In practice, this translates into treating each person with the dignity and respect they deserve, trying to find what aspect of works really excites them, and helping them achieve to the fullest extent possible. Someone on my team may be the best writer ever created, but he or she has the same inherent value as anyone else on the team, and I have to help them figure out how to utilize their specific gifts.

From there, you look at what the manuals and guidelines tell you, and you’d be surprised how much of what they contain is biblically based, even thought the people who wrote the stuff probably weren’t aware of that. But there are biblical principles which have indeed permeated our society, and continue to do so. If they ever stop permeating our society and our workplaces, we’re all in major trouble.

#2 Do it all the time. Performance reviews should be an ongoing fact of life in the workplace, and almost on a daily basis. When a problem arises, you deal with it on the spot, and you keep the problem to the individual(s) affected. When something good happens, you celebrate it on the spot, and you celebrate with the whole team. And when performance is appraised and communicated all the time, there are…

#3 No surprises! No one should come into a performance review and be slammed with something they knew nothing about, that no one ever told them about, and comes from so far out of left field that it’s absurd. Surprising people = instant loss of the boss’s credibility. Don’t do it.

#4 Be fair. You may have started out the year with a set of goals and expectations, but a lot of things can change during 12 months. So when they do, when new major projects or responsibilities arrive, you and your employee discuss it at the time it happens and agree that the goals have to change as well.

#5 Be honest. In an ongoing process, honesty and candor are critical. No one can have even a ghost of chance to improve their performance if you never bring up the fact that there’s a problem. I was once thrust into the position of, having become a people leader for the first time, being told that one individual on the team needed to be fired, that performance had lagged for years. When I asked how the individual had responded to this when told (presumably), I learned that nothing had ever been communicated. Ever. For years.
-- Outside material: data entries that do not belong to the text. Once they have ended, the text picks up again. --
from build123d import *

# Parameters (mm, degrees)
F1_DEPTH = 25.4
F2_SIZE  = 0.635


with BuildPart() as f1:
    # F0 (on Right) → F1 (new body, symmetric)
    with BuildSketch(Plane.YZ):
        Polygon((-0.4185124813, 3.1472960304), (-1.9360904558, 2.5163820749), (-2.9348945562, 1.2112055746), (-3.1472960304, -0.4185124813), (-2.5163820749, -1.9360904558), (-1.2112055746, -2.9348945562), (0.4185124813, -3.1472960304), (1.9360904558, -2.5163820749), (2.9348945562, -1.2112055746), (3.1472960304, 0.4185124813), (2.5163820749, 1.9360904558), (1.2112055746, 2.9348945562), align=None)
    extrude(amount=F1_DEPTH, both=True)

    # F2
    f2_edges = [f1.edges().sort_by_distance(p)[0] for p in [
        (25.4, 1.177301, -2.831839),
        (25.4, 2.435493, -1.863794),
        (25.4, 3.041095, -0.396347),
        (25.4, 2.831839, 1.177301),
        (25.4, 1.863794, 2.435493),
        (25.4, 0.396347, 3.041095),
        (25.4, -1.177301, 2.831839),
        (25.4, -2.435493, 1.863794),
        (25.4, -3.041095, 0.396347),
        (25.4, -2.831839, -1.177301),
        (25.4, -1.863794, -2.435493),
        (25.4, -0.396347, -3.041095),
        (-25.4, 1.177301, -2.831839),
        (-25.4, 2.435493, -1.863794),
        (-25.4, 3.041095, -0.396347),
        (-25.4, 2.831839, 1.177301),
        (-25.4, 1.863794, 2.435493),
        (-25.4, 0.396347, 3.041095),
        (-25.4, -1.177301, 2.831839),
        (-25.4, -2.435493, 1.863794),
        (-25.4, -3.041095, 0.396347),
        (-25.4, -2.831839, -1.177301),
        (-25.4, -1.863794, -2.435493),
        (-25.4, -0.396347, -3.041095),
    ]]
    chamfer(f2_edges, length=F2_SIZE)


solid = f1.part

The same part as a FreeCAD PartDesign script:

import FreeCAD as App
import Part
import Sketcher

V = App.Vector
Q = App.Units.Quantity


def edges_at(feature, points):
    """Names of the edges that pass closest to the given points."""
    edges = feature.Shape.Edges
    near = lambda p: min(range(len(edges)), key=lambda i: edges[i].distToShape(Part.Vertex(*p))[0])
    return sorted({f"Edge{near(p) + 1}" for p in points})

doc = App.newDocument("Part")
body = doc.addObject("PartDesign::Body", "Body")

# Sketch on YZ plane
sketch1 = body.newObject("Sketcher::SketchObject", "Sketch")
sketch1.AttachmentSupport = (doc.getObject("YZ_Plane"), [""])
sketch1.MapMode = "FlatFace"
sketch1.addGeometry([
    Part.LineSegment(V(-0.418512, 3.147296, 0), V(-1.93609, 2.516382, 0)),  # 0
    Part.LineSegment(V(-1.93609, 2.516382, 0), V(-2.934895, 1.211206, 0)),  # 1
    Part.LineSegment(V(-2.934895, 1.211206, 0), V(-3.147296, -0.418512, 0)),  # 2
    Part.LineSegment(V(-3.147296, -0.418512, 0), V(-2.516382, -1.93609, 0)),  # 3
    Part.LineSegment(V(-2.516382, -1.93609, 0), V(-1.211206, -2.934895, 0)),  # 4
    Part.LineSegment(V(-1.211206, -2.934895, 0), V(0.418512, -3.147296, 0)),  # 5
    Part.LineSegment(V(0.418512, -3.147296, 0), V(1.93609, -2.516382, 0)),  # 6
    Part.LineSegment(V(1.93609, -2.516382, 0), V(2.934895, -1.211206, 0)),  # 7
    Part.LineSegment(V(2.934895, -1.211206, 0), V(3.147296, 0.418512, 0)),  # 8
    Part.LineSegment(V(3.147296, 0.418512, 0), V(2.516382, 1.93609, 0)),  # 9
    Part.LineSegment(V(2.516382, 1.93609, 0), V(1.211206, 2.934895, 0)),  # 10
    Part.LineSegment(V(1.211206, 2.934895, 0), V(-0.418512, 3.147296, 0)),  # 11
], False)
sketch1.addConstraint([
    Sketcher.Constraint("Coincident", 0, 2, 1, 1),
    Sketcher.Constraint("Coincident", 1, 2, 2, 1),
    Sketcher.Constraint("Coincident", 2, 2, 3, 1),
    Sketcher.Constraint("Coincident", 3, 2, 4, 1),
    Sketcher.Constraint("Coincident", 4, 2, 5, 1),
    Sketcher.Constraint("Coincident", 5, 2, 6, 1),
    Sketcher.Constraint("Coincident", 6, 2, 7, 1),
    Sketcher.Constraint("Coincident", 7, 2, 8, 1),
    Sketcher.Constraint("Coincident", 8, 2, 9, 1),
    Sketcher.Constraint("Coincident", 9, 2, 10, 1),
    Sketcher.Constraint("Coincident", 10, 2, 11, 1),
    Sketcher.Constraint("Coincident", 11, 2, 0, 1),
    Sketcher.Constraint("Symmetric", 0, 2, 6, 2, -1, 1),
    Sketcher.Constraint("Symmetric", 1, 2, 7, 2, -1, 1),
    Sketcher.Constraint("Symmetric", 2, 2, 8, 2, -1, 1),
    Sketcher.Constraint("Symmetric", 3, 2, 9, 2, -1, 1),
    Sketcher.Constraint("Symmetric", 4, 2, 10, 2, -1, 1),
    Sketcher.Constraint("Symmetric", 5, 2, 11, 2, -1, 1),
    Sketcher.Constraint("Perpendicular", 0, 3),
    Sketcher.Constraint("Perpendicular", 1, 4),
    Sketcher.Constraint("Perpendicular", 2, 5),
    Sketcher.Constraint("Equal", 0, 1),
    Sketcher.Constraint("Equal", 1, 2),
    Sketcher.Constraint("Equal", 2, 3),
    Sketcher.Constraint("Equal", 3, 4),
    Sketcher.Constraint("Equal", 4, 5),
    Sketcher.Constraint("Distance", 0, Q("1.643501 mm")),
    Sketcher.Constraint("DistanceX", 2, 2, 1, 2, Q("0.212401 mm")),
    Sketcher.Constraint("DistanceY", 4, 2, 1, 2, Q("4.1461 mm")),
    Sketcher.Constraint("DistanceX", 0, 2, -1, 1, Q("1.93609 mm")),
])
pad1 = body.newObject("PartDesign::Pad", "Pad")
pad1.Profile = sketch1
pad1.Length = Q("2 in")
pad1.Midplane = True
doc.recompute()

chamfer = body.newObject("PartDesign::Chamfer", "Chamfer")
chamfer.Base = (pad1, edges_at(pad1, [
    (25.4, 1.177, -2.832),
    (25.4, 2.435, -1.864),
    (25.4, 3.041, -0.396),
    (25.4, 2.832, 1.177),
    (25.4, 1.864, 2.435),
    (25.4, 0.396, 3.041),
    (25.4, -1.177, 2.832),
    (25.4, -2.435, 1.864),
    (25.4, -3.041, 0.396),
    (25.4, -2.832, -1.177),
    (25.4, -1.864, -2.435),
    (25.4, -0.396, -3.041),
    (-25.4, 1.177, -2.832),
    (-25.4, 2.435, -1.864),
    (-25.4, 3.041, -0.396),
    (-25.4, 2.832, 1.177),
    (-25.4, 1.864, 2.435),
    (-25.4, 0.396, 3.041),
    (-25.4, -1.177, 2.832),
    (-25.4, -2.435, 1.864),
    (-25.4, -3.041, 0.396),
    (-25.4, -2.832, -1.177),
    (-25.4, -1.864, -2.435),
    (-25.4, -0.396, -3.041),
]))
chamfer.Size = Q("0.025 in")

doc.recompute()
#6 Use the formal reviews for a purpose. The formal review times should be done with a specific purpose in mind, since you’ve been doing the ongoing process all along. If your organization has a mid-year review, use it to calibrate goals set months earlier. Do they still apply? Has something changed? Does something need to drop off or be added? For the annual review, do a wrap-up of the individual’s performance but then spend most of the discussion in planning the next year’s goals for the overall team and the individual. Make use of that knowledge and experience. Solicit ideas and suggestions. Talk about how things that were learned during the year can be applied. Talk about how this fits into the larger organizational picture. And ask for feedback on your performance (and you should have been doing that all along, too).
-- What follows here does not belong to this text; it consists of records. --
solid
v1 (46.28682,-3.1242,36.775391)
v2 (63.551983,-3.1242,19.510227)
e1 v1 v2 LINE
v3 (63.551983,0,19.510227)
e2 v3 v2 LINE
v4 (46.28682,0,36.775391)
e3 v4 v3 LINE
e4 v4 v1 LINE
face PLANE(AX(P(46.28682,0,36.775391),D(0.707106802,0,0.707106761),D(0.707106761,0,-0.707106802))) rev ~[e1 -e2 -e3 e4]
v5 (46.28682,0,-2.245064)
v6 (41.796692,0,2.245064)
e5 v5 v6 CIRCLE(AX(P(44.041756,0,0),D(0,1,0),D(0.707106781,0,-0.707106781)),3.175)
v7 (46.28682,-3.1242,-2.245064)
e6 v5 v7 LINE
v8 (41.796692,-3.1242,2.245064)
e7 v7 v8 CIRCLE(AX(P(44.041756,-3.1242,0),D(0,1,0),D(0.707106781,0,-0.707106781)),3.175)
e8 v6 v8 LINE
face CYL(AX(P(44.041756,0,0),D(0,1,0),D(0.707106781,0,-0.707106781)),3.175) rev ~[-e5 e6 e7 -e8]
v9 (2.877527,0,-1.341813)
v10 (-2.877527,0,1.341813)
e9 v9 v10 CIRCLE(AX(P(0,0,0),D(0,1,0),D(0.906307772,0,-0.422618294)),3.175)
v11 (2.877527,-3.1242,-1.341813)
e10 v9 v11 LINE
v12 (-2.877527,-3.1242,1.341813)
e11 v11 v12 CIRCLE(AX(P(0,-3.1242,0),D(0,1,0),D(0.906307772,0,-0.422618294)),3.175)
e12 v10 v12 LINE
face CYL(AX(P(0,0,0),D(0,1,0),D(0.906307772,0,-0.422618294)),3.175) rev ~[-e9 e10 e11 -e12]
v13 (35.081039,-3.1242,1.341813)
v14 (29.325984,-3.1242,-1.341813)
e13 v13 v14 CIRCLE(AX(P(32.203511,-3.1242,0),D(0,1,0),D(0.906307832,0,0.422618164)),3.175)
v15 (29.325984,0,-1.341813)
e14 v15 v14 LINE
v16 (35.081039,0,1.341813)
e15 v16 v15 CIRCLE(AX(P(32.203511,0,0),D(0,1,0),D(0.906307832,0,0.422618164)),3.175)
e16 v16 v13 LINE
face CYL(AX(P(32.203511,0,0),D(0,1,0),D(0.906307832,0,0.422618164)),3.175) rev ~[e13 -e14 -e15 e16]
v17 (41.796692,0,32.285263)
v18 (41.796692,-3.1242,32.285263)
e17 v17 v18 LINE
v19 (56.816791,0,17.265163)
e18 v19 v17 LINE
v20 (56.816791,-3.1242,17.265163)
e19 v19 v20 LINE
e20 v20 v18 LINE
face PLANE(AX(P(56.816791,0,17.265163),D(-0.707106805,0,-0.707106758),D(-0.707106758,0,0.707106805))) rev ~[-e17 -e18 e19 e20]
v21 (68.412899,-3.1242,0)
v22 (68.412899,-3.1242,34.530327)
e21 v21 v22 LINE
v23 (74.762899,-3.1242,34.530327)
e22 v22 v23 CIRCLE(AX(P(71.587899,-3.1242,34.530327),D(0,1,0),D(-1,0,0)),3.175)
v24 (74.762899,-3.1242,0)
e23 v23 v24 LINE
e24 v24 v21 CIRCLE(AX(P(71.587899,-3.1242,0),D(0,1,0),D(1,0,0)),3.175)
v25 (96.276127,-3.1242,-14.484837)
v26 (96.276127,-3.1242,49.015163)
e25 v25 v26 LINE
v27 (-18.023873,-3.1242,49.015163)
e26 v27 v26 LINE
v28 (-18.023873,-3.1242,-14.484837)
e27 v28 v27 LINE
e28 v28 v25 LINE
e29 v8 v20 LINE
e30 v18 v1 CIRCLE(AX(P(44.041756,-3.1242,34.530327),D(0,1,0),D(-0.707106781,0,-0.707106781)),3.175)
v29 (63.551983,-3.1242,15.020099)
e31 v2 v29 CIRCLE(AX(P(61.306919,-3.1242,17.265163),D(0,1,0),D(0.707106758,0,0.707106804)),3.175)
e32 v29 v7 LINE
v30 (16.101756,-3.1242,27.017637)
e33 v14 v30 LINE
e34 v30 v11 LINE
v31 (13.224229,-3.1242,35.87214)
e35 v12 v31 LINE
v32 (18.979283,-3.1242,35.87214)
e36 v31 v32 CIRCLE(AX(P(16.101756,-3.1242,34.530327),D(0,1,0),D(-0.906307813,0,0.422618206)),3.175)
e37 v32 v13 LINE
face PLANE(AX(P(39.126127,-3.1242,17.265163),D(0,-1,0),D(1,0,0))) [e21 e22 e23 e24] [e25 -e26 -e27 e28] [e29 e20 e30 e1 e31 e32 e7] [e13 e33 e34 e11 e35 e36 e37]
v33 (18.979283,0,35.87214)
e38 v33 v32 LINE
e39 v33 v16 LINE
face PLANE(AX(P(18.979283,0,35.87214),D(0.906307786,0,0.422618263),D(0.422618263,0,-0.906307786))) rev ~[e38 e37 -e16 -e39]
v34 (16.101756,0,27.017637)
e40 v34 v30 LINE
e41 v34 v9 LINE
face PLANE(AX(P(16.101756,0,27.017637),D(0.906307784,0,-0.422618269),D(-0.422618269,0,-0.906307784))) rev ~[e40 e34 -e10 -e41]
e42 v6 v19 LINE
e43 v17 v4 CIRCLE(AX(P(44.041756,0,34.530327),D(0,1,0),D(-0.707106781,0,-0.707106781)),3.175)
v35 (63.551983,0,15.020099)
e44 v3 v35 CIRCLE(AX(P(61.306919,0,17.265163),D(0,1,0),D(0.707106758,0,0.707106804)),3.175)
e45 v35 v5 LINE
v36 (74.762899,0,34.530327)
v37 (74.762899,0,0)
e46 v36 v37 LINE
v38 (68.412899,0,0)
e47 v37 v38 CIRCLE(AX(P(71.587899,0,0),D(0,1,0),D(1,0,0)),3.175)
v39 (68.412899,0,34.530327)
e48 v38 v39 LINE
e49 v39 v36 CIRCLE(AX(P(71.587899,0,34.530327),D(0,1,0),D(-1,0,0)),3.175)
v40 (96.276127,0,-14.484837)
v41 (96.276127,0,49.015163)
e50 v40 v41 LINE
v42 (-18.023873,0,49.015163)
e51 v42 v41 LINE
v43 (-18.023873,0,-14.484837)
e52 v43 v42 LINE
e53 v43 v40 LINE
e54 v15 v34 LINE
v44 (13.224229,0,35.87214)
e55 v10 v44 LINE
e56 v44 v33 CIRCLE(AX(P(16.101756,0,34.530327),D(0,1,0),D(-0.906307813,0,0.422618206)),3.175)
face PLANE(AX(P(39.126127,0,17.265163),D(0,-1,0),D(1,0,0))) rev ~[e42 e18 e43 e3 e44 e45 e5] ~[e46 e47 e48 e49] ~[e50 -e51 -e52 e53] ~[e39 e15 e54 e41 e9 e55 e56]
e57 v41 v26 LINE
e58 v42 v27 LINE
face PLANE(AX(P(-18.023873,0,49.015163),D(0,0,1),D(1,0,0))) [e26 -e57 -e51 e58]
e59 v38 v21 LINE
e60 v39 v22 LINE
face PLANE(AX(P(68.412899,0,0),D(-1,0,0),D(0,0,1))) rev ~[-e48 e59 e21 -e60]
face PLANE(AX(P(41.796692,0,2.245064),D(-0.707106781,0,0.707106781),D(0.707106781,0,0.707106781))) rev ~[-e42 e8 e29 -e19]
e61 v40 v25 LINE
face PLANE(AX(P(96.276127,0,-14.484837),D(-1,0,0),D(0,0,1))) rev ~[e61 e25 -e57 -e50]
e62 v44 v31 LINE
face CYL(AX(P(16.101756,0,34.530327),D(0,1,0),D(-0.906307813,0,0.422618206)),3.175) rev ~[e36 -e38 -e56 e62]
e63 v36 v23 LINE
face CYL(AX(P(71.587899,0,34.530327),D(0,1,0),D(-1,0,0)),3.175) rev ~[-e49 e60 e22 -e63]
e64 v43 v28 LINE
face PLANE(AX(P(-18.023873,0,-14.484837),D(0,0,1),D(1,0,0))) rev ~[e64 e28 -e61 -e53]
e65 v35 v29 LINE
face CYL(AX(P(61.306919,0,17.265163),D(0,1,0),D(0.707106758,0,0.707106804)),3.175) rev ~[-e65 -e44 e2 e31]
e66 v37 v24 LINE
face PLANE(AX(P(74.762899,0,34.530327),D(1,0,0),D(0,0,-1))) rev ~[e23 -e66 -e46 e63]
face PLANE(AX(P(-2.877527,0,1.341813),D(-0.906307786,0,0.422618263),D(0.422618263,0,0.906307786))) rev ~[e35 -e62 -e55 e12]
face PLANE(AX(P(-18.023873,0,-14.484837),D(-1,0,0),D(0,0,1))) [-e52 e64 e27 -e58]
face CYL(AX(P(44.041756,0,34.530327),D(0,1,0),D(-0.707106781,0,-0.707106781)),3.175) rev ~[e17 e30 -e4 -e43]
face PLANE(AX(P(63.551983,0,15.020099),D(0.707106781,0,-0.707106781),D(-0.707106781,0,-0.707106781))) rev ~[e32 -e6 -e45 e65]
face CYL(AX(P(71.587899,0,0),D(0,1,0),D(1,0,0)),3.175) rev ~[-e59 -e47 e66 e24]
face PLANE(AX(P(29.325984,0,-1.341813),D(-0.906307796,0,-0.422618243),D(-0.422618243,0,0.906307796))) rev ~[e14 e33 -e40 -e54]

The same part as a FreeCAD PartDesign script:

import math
import FreeCAD as App
import Part
import Sketcher

V = App.Vector
Q = App.Units.Quantity


def add_polygon(sketch, points):
    """Adds a closed chain of lines whose ends are joined by coincident constraints."""
    first, n = sketch.GeometryCount, len(points)
    for a, b in zip(points, points[1:] + points[:1]):
        sketch.addGeometry(Part.LineSegment(App.Vector(*a, 0), App.Vector(*b, 0)), False)
    for i in range(n):
        sketch.addConstraint(Sketcher.Constraint("Coincident", first + i, 2, first + (i + 1) % n, 1))

doc = App.newDocument("Part")
body = doc.addObject("PartDesign::Body", "Body")

# Sketch on XZ plane
sketch1 = body.newObject("Sketcher::SketchObject", "Sketch")
sketch1.AttachmentSupport = (doc.getObject("XZ_Plane"), [""])
sketch1.MapMode = "FlatFace"
add_polygon(sketch1, [(-18, 49), (-18, -14.5), (96.3, -14.5), (96.3, 49)])  # lines 0-3
sketch1.addGeometry(Part.LineSegment(V(16.1, 27, 0), V(2.9, -1.3, 0)), False)  # 4
sketch1.addGeometry(Part.ArcOfCircle(Part.Circle(V(0, 0, 0), V(0, 0, 1), 3.2), math.radians(155), math.radians(335)), False)  # 5
sketch1.addGeometry(Part.LineSegment(V(-2.9, 1.3, 0), V(13.2, 35.9, 0)), False)  # 6
sketch1.addGeometry(Part.ArcOfCircle(Part.Circle(V(16.1, 34.5, 0), V(0, 0, 1), 3.2), math.radians(25), math.radians(155)), False)  # 7
sketch1.addGeometry(Part.LineSegment(V(19, 35.9, 0), V(35.1, 1.3, 0)), False)  # 8
sketch1.addGeometry(Part.ArcOfCircle(Part.Circle(V(32.2, 0, 0), V(0, 0, 1), 3.2), math.radians(-155), math.radians(25)), False)  # 9
sketch1.addGeometry(Part.LineSegment(V(29.3, -1.3, 0), V(16.1, 27, 0)), False)  # 10
sketch1.addGeometry(Part.LineSegment(V(63.6, 15, 0), V(46.3, -2.2, 0)), False)  # 11
sketch1.addGeometry(Part.ArcOfCircle(Part.Circle(V(44, 0, 0), V(0, 0, 1), 3.2), math.radians(135), math.radians(315)), False)  # 12
sketch1.addGeometry(Part.LineSegment(V(41.8, 2.2, 0), V(56.8, 17.3, 0)), False)  # 13
sketch1.addGeometry(Part.LineSegment(V(56.8, 17.3, 0), V(41.8, 32.3, 0)), False)  # 14
sketch1.addGeometry(Part.ArcOfCircle(Part.Circle(V(44, 34.5, 0), V(0, 0, 1), 3.2), math.radians(45), math.radians(225)), False)  # 15
sketch1.addGeometry(Part.LineSegment(V(46.3, 36.8, 0), V(63.6, 19.5, 0)), False)  # 16
sketch1.addGeometry(Part.ArcOfCircle(Part.Circle(V(61.3, 17.3, 0), V(0, 0, 1), 3.2), math.radians(-45), math.radians(45)), False)  # 17
sketch1.addGeometry(Part.LineSegment(V(74.8, 34.5, 0), V(74.8, 0, 0)), False)  # 18
sketch1.addGeometry(Part.ArcOfCircle(Part.Circle(V(71.6, 0, 0), V(0, 0, 1), 3.2), math.radians(180), math.radians(360)), False)  # 19
sketch1.addGeometry(Part.LineSegment(V(68.4, 0, 0), V(68.4, 34.5, 0)), False)  # 20
sketch1.addGeometry(Part.ArcOfCircle(Part.Circle(V(71.6, 34.5, 0), V(0, 0, 1), 3.2), math.radians(0), math.radians(180)), False)  # 21
sketch1.addConstraint([
    Sketcher.Constraint("Tangent", 4, 2, 5, 2),
    Sketcher.Constraint("Tangent", 5, 1, 6, 1),
    Sketcher.Constraint("Tangent", 6, 2, 7, 2),
    Sketcher.Constraint("Tangent", 7, 1, 8, 1),
    Sketcher.Constraint("Tangent", 8, 2, 9, 2),
    Sketcher.Constraint("Tangent", 9, 1, 10, 1),
    Sketcher.Constraint("Coincident", 10, 2, 4, 1),
    Sketcher.Constraint("Tangent", 11, 2, 12, 2),
    Sketcher.Constraint("Tangent", 12, 1, 13, 1),
    Sketcher.Constraint("Coincident", 13, 2, 14, 1),
    Sketcher.Constraint("Tangent", 14, 2, 15, 2),
    Sketcher.Constraint("Tangent", 15, 1, 16, 1),
    Sketcher.Constraint("Tangent", 16, 2, 17, 2),
    Sketcher.Constraint("Tangent", 17, 1, 11, 1),
    Sketcher.Constraint("Tangent", 18, 2, 19, 2),
    Sketcher.Constraint("Tangent", 19, 1, 20, 1),
    Sketcher.Constraint("Tangent", 20, 2, 21, 2),
    Sketcher.Constraint("Tangent", 21, 1, 18, 1),
    Sketcher.Constraint("Vertical", 0),
    Sketcher.Constraint("Horizontal", 1),
    Sketcher.Constraint("Vertical", 2),
    Sketcher.Constraint("Horizontal", 3),
    Sketcher.Constraint("Vertical", 18),
    Sketcher.Constraint("Vertical", 20),
    Sketcher.Constraint("Coincident", 5, 3, -1, 1),
    Sketcher.Constraint("Equal", 5, 7),
    Sketcher.Constraint("Equal", 7, 9),
    Sketcher.Constraint("Equal", 9, 12),
    Sketcher.Constraint("Equal", 12, 15),
    Sketcher.Constraint("Equal", 15, 17),
    Sketcher.Constraint("Equal", 17, 19),
    Sketcher.Constraint("PointOnObject", 9, 3, -1),
    Sketcher.Constraint("PointOnObject", 12, 3, -1),
    Sketcher.Constraint("PointOnObject", 19, 3, -1),
    Sketcher.Constraint("Parallel", 4, 6),
    Sketcher.Constraint("Parallel", 8, 10),
    Sketcher.Constraint("Parallel", 11, 13),
    Sketcher.Constraint("Perpendicular", 13, 14),
    Sketcher.Constraint("Parallel", 14, 16),
    Sketcher.Constraint("Horizontal", 7, 3, 15, 3),
    Sketcher.Constraint("Horizontal", 15, 3, 21, 3),
    Sketcher.Constraint("Horizontal", 6, 2, 7, 1),
    Sketcher.Constraint("Horizontal", 17, 3, 13, 2),
    Sketcher.Constraint("Vertical", 12, 3, 15, 3),
    Sketcher.Constraint("DistanceX", 1, 1, 1, 2, Q("4.5 in")),
    Sketcher.Constraint("DistanceY", 0, 2, 0, 1, Q("2.5 in")),
    Sketcher.Constraint("Angle", 4, Q("-115 deg")),
    Sketcher.Constraint("Radius", 5, Q("0.125 in")),
    Sketcher.Constraint("Distance", 6, Q("1.5 in")),
    Sketcher.Constraint("DistanceX", 7, 3, 12, 3, Q("1.1 in")),
    Sketcher.Constraint("DistanceY", 1, 2, 17, 3, Q("1.25 in")),
    Sketcher.Constraint("DistanceX", -1, 1, 19, 3, Q("71.587899 mm")),
    Sketcher.Constraint("DistanceX", 0, 2, 4, 2, Q("20.9014 mm")),
])
pad1 = body.newObject("PartDesign::Pad", "Pad")
pad1.Profile = sketch1
pad1.Length = Q("0.123 in")

doc.recompute()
I’d love to say I practice 100 percent of what I preach here. I don’t. I fall short. Sometimes I really screw up. But the model is what I strive to do. And if you lead people, then you have a special responsibility. I would call it the shepherd’s responsibility: to serve.

2 comments:

Maureen said...

You've provided an excellent model that is filled with common sense and reflects the decent and thoughtful person you are.

Strip away the application here to PAs and I would say the "how to" guidance is apt as well to relationships generally. Be respectful, be honest, don't surprise, be fair. Do we do this when communicating with peers and non-peers in the workplace? When we're having a conversation with our spouse or significant other? When talking with our children? When dealing with people in public places who might get into our space?

Show us the way: We all lead (or not) by example. And the example each of us has been given comes from the highest "authority" there is.

Anonymous said...

i find the structure of what you have gathered from experience and faith to be excellent. i like that it depends on an ongoing focus on relationship.